The Gay Prince

“So what did you do on your first night?” was the question tossed by Oprah to a prominent gay man on 24 October 2007. He was one of three persons featured in the show entitled ‘Gay Around the World’. Oprah further chimed ” Did you say that you had a headache?”, the man realized that he had told his wife actually that.

This is none other than the first openly gay prince in this free world Prince Manvendra Singh Gohil. He was born at Ajmer, 23 September 1965, as the son of Maharana Shri Raghubir Singhji Rajendrasinghji Sahib, who inherited the title of Maharana of Rajpipla in 1963 and was educated at Bombay Scottish School and at Amrutben Jivanlal College of Commerce and Economics, Vile Parle, Bombay.

When Prince Manvendra Singh Gohil came out as the country’s first gay prince back in 2006, he didn’t know that in the coming years, he would go on to share screen space with Oprah Winfrey, get himself a fan following around the world, set up an LGBT trust and become a strong voice for the homosexual community of the country. Contrary to our thoughts journey was not a cake walk for him.


The 39th direct descendant of the 650-year-old Gohil dynasty of Rajpipla in Gujarat–didn’t have it easy growing up.

Manvendra spent most of his childhood in the company of his illiterate governess, who could not help him clear any doubts about his sexuality which had–by the age of 12-13–started making a way in his head.

“When I was 12 or 13 I realised that I wasn’t attracted towards the opposite sex, but the same sex. Why it was happening, I didn’t know. I had no communication with anyone,” Manvendra said in a recent video for ComeOut Louder–an open platform, introduced to discuss sexual diversities that are yet to be accepted worldwide.

Being brought up in the company of just a governess, without a circle of friends, and a lack of internet, confused the Prince greatly, and he assumed that this “passing phase” would ultimately go away and he would start behaving in sync with “mainstream society”. An effort in that direction was to get married in 1991.

With thoughts of fairy tales and dream castles and hopes and flickers of normalcy, the Yuvraj married Chandrika Kumari, a princess of Jhabua State in Madhya Pradesh. Manvendra says about his marriage:”I thought that after marriage everything will be all right, that with a wife, I will have children and become “normal” and then I will be at peace. I was struggling and striving to be “normal.” I never knew and nobody told me that I was gay and [that] this itself is normal and it will not change. That this is what is called homosexuality and it is not a disease. I tremendously regret ruining her life. I feel guilty, but I simply did not know better.”[1]

The marriage remained unconsummated. He says, “It was a total disaster. A total failure. The marriage never got consummated. I realized I had done something very wrong. Now two people were suffering instead of one. Far from becoming normal, my life was more miserable.”[2]

His wife filed for divorce after just over a year of marriage. Although further requests for marriage were received, he declined them. He suffered a nervous breakdown in 2002.

It was during this nervous breakdown his family got to know about his sexual orientation from the Doctor. For a member of a royal family, who is expected to carry forward his lineage by getting married and bearing sons, to announce he was homosexual was a scandal. It came as an understandable shock for his parents–who wanted him “cured” and were ready to pay a hefty sum to “make him straight” by some form of “mental therapy” and “treatment.”

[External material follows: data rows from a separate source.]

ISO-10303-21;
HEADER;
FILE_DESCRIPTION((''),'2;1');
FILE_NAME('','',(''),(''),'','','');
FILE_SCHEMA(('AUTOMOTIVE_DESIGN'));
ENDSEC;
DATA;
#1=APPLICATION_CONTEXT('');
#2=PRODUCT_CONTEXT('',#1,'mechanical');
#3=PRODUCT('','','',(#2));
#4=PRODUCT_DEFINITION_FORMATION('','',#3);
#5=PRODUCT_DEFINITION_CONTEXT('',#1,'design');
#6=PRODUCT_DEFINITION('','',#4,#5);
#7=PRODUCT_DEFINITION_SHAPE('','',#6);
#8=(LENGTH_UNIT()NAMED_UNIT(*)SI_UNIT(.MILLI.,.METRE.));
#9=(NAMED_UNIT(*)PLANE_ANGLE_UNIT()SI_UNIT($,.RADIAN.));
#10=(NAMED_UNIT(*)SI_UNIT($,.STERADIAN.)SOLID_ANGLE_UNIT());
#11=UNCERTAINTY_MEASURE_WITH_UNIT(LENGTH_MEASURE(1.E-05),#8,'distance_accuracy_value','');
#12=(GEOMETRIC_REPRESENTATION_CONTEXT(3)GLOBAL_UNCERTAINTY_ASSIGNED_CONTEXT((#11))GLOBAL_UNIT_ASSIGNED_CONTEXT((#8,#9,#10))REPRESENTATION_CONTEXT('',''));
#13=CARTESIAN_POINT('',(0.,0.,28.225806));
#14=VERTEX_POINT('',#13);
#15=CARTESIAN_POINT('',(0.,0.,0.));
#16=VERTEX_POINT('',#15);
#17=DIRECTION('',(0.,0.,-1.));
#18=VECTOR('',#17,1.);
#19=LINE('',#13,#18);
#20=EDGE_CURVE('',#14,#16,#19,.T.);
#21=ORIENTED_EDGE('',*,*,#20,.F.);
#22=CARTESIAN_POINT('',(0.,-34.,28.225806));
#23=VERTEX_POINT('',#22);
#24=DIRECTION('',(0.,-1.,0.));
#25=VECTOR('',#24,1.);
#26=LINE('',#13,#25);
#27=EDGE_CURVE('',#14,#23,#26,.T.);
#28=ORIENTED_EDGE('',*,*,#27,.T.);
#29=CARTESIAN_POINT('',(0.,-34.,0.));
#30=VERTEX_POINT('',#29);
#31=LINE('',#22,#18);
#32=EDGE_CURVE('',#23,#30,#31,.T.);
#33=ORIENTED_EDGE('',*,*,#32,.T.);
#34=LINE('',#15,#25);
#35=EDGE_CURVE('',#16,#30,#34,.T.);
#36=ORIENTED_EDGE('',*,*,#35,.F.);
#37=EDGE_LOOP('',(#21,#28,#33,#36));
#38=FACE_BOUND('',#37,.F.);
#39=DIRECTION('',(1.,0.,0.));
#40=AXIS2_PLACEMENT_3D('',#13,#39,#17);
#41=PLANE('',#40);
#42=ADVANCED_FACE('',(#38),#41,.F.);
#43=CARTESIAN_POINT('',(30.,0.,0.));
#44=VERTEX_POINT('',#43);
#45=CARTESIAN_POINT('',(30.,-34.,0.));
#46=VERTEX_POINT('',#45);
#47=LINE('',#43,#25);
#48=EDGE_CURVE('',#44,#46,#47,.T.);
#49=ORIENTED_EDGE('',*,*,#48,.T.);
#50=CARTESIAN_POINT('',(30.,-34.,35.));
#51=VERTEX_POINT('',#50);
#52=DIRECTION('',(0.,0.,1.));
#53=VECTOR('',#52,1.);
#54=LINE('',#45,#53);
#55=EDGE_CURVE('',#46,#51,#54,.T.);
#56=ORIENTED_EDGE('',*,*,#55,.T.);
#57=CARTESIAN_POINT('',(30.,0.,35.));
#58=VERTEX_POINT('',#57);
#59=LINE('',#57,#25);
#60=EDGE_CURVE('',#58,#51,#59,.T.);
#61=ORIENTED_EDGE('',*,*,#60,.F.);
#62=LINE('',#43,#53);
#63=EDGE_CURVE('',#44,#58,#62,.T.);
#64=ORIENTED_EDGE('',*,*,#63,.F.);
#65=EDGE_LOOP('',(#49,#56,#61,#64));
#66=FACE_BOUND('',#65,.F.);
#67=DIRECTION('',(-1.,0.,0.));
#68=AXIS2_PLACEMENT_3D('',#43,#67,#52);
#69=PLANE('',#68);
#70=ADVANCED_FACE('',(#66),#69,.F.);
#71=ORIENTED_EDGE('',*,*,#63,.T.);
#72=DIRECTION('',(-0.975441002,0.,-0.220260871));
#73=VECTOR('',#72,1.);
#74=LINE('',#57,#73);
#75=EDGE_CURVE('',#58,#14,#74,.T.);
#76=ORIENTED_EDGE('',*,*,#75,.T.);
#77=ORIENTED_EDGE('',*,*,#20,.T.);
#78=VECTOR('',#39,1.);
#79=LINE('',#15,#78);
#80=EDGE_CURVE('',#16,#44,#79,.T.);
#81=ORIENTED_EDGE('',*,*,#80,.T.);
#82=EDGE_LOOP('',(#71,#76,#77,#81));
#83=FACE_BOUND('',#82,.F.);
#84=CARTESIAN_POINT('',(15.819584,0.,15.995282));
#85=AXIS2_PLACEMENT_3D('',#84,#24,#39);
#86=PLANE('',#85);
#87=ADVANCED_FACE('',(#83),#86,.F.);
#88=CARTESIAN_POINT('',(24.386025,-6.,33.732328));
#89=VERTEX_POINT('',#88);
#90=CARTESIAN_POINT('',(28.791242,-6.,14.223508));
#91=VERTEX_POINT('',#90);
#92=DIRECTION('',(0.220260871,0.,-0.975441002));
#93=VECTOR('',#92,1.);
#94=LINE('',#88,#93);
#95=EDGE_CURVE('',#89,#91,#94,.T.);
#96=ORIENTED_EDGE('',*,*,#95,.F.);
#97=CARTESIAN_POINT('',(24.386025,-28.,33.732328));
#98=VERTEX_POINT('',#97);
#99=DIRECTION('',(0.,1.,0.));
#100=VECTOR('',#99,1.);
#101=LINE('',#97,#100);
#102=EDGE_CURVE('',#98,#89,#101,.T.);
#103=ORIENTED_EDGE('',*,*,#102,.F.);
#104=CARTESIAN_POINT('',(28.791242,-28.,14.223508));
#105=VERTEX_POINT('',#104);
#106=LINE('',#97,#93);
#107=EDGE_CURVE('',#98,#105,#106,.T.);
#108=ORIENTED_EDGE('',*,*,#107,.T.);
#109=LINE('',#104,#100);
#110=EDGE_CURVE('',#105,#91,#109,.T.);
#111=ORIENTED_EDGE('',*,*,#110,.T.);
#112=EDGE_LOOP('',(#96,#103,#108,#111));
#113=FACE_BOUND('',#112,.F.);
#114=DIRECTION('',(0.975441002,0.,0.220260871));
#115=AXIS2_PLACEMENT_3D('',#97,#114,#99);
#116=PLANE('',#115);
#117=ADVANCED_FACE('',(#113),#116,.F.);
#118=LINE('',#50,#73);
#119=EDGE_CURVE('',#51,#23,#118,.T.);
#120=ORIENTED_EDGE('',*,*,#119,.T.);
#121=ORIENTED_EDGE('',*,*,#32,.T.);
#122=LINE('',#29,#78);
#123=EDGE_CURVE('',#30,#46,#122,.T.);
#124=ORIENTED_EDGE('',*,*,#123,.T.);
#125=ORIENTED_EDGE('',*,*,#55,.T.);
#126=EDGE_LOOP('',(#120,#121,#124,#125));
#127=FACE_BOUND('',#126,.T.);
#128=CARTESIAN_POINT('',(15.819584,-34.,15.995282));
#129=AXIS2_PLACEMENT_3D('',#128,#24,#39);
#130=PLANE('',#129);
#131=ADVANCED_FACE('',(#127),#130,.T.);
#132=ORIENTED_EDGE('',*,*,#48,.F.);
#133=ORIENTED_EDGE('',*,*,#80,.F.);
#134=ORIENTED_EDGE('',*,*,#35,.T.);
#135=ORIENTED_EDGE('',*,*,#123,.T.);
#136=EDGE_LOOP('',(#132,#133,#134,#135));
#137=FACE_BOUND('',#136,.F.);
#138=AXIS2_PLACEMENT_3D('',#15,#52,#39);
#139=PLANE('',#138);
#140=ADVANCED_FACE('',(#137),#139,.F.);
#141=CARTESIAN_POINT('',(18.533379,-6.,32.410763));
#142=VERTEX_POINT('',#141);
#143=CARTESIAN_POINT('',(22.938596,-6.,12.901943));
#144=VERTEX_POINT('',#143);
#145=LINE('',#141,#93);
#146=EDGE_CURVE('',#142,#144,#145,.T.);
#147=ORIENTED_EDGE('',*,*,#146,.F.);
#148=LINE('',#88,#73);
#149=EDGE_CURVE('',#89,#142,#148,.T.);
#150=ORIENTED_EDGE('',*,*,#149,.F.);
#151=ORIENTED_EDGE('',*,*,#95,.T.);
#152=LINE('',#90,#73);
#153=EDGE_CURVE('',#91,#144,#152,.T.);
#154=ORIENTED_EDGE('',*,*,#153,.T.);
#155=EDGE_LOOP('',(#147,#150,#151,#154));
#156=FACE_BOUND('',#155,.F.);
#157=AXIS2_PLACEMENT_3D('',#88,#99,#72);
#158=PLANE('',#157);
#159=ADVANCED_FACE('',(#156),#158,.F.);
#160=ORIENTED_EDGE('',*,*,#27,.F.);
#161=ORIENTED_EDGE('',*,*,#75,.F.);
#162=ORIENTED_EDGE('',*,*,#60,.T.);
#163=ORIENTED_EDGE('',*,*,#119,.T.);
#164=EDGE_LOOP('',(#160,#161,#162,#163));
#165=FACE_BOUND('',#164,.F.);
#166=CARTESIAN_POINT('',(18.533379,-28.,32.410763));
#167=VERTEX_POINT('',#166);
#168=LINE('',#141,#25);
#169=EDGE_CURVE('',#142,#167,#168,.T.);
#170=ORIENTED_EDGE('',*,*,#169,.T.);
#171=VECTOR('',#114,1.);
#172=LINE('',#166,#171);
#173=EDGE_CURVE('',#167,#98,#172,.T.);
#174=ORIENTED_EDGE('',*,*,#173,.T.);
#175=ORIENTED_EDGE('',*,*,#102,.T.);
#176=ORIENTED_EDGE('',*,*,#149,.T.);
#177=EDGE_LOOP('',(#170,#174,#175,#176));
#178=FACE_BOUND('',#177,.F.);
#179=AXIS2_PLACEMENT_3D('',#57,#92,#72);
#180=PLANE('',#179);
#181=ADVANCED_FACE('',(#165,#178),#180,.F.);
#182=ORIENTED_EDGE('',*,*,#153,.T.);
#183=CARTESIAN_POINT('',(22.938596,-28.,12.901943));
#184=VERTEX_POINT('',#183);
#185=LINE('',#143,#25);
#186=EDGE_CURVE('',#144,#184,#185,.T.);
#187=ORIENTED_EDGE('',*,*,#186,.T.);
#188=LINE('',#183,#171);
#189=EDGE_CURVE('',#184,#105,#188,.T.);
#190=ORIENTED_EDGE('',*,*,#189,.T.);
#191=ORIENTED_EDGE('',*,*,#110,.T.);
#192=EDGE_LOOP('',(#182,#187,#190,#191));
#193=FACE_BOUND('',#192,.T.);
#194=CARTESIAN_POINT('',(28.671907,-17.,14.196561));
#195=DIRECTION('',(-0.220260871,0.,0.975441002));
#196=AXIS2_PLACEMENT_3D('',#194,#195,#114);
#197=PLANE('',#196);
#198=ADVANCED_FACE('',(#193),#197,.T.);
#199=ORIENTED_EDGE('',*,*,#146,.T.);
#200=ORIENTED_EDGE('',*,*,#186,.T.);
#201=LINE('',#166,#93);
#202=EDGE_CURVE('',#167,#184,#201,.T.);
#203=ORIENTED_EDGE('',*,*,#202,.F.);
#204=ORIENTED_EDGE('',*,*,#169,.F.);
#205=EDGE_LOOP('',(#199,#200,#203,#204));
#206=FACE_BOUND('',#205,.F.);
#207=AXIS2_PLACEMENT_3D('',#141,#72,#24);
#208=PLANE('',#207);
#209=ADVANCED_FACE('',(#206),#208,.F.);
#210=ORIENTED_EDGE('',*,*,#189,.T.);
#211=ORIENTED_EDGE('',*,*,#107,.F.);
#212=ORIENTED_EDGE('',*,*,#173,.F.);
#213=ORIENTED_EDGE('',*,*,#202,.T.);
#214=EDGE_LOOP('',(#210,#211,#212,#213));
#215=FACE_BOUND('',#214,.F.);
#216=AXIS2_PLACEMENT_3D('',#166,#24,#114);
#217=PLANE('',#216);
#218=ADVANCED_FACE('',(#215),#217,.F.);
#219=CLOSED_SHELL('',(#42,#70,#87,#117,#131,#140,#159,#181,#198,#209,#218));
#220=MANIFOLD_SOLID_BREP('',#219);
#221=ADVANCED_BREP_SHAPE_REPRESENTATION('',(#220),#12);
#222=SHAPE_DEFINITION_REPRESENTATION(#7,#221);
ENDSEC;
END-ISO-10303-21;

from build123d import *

# Parameters (mm, degrees)
F1_DEPTH = 34
F3_DEPTH = 20


with BuildPart() as f1:
    # F0 (on Front) → F1 (new body)
    with BuildSketch(Plane.XZ):
        Polygon((0, 28.2258064516), (0, 0), (30, 0), (30, 35), align=None)
    extrude(amount=F1_DEPTH)

    # F2 (on face) → F3 (cut)
    with BuildSketch(Plane(origin=(-6.0643564356, 0, 26.8564356436), x_dir=(0.9754410021, 0, 0.2202608714), z_dir=(-0.2202608714, 0, 0.9754410021))):
        Polygon((30.9723605622, -6), (30.9723605622, -17), (30.9723605622, -28), (31.217040726, -28), (31.217040726, -17), (31.217040726, -6), align=None)
        Polygon((30.9723605622, -28), (30.9723605622, -17), (30.9723605622, -6), (25.217040726, -6), (25.217040726, -17), (25.217040726, -28), align=None)
    extrude(amount=-F3_DEPTH, mode=Mode.SUBTRACT)


solid = f1.part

Like many, parents chose denial over reality.

When the ‘royal secret’ was being out in all the mainstream and vernacular newspapers –Manvendra’s parents put out a public notice and disowned and disinherited him in June 2006. After all, they had to either shun their son or get shunned themselves from other royal peerages in India.

Later, the Prince’s story began spreading like wildfire and reached all the way to Oprah Winfrey–where he appeared as a guest in 2007, on a segment called Gays Around the World.

Manvendra then ended up on the show two more times in 2011 and 2014.

In 2000, Manvendra set up the Lakshya Trust, a charity for LGBT people in his conservative home state, and became a champion for gay rights. Lakshya aims at creating employment opportunities for gay men and also plans to open an old age home for gay men.

His high profile has helped the LGBT community in India enormously, said Harish Iyer, a gay rights activist. He is throwing open his palace doors to lesbians, gays, transgender, and other Indians shunned for their sexuality. He also said that he will offer rooms, a medical facility, training in English and vocational skills to help people find jobs. He has appeared in several TED talks and others educating and explaining people several non-mainstream topics but essential topics like” Be happy and be gay”, “The wives of gay men”, Acceptance of LGBT”, “Essentialities of Contraceptive not just for birth control but to prevent HIV/AIDS”.

Finally in his own words “Gay rights cannot just be won in the courtroom but in the hearts and the minds of the people we live with.”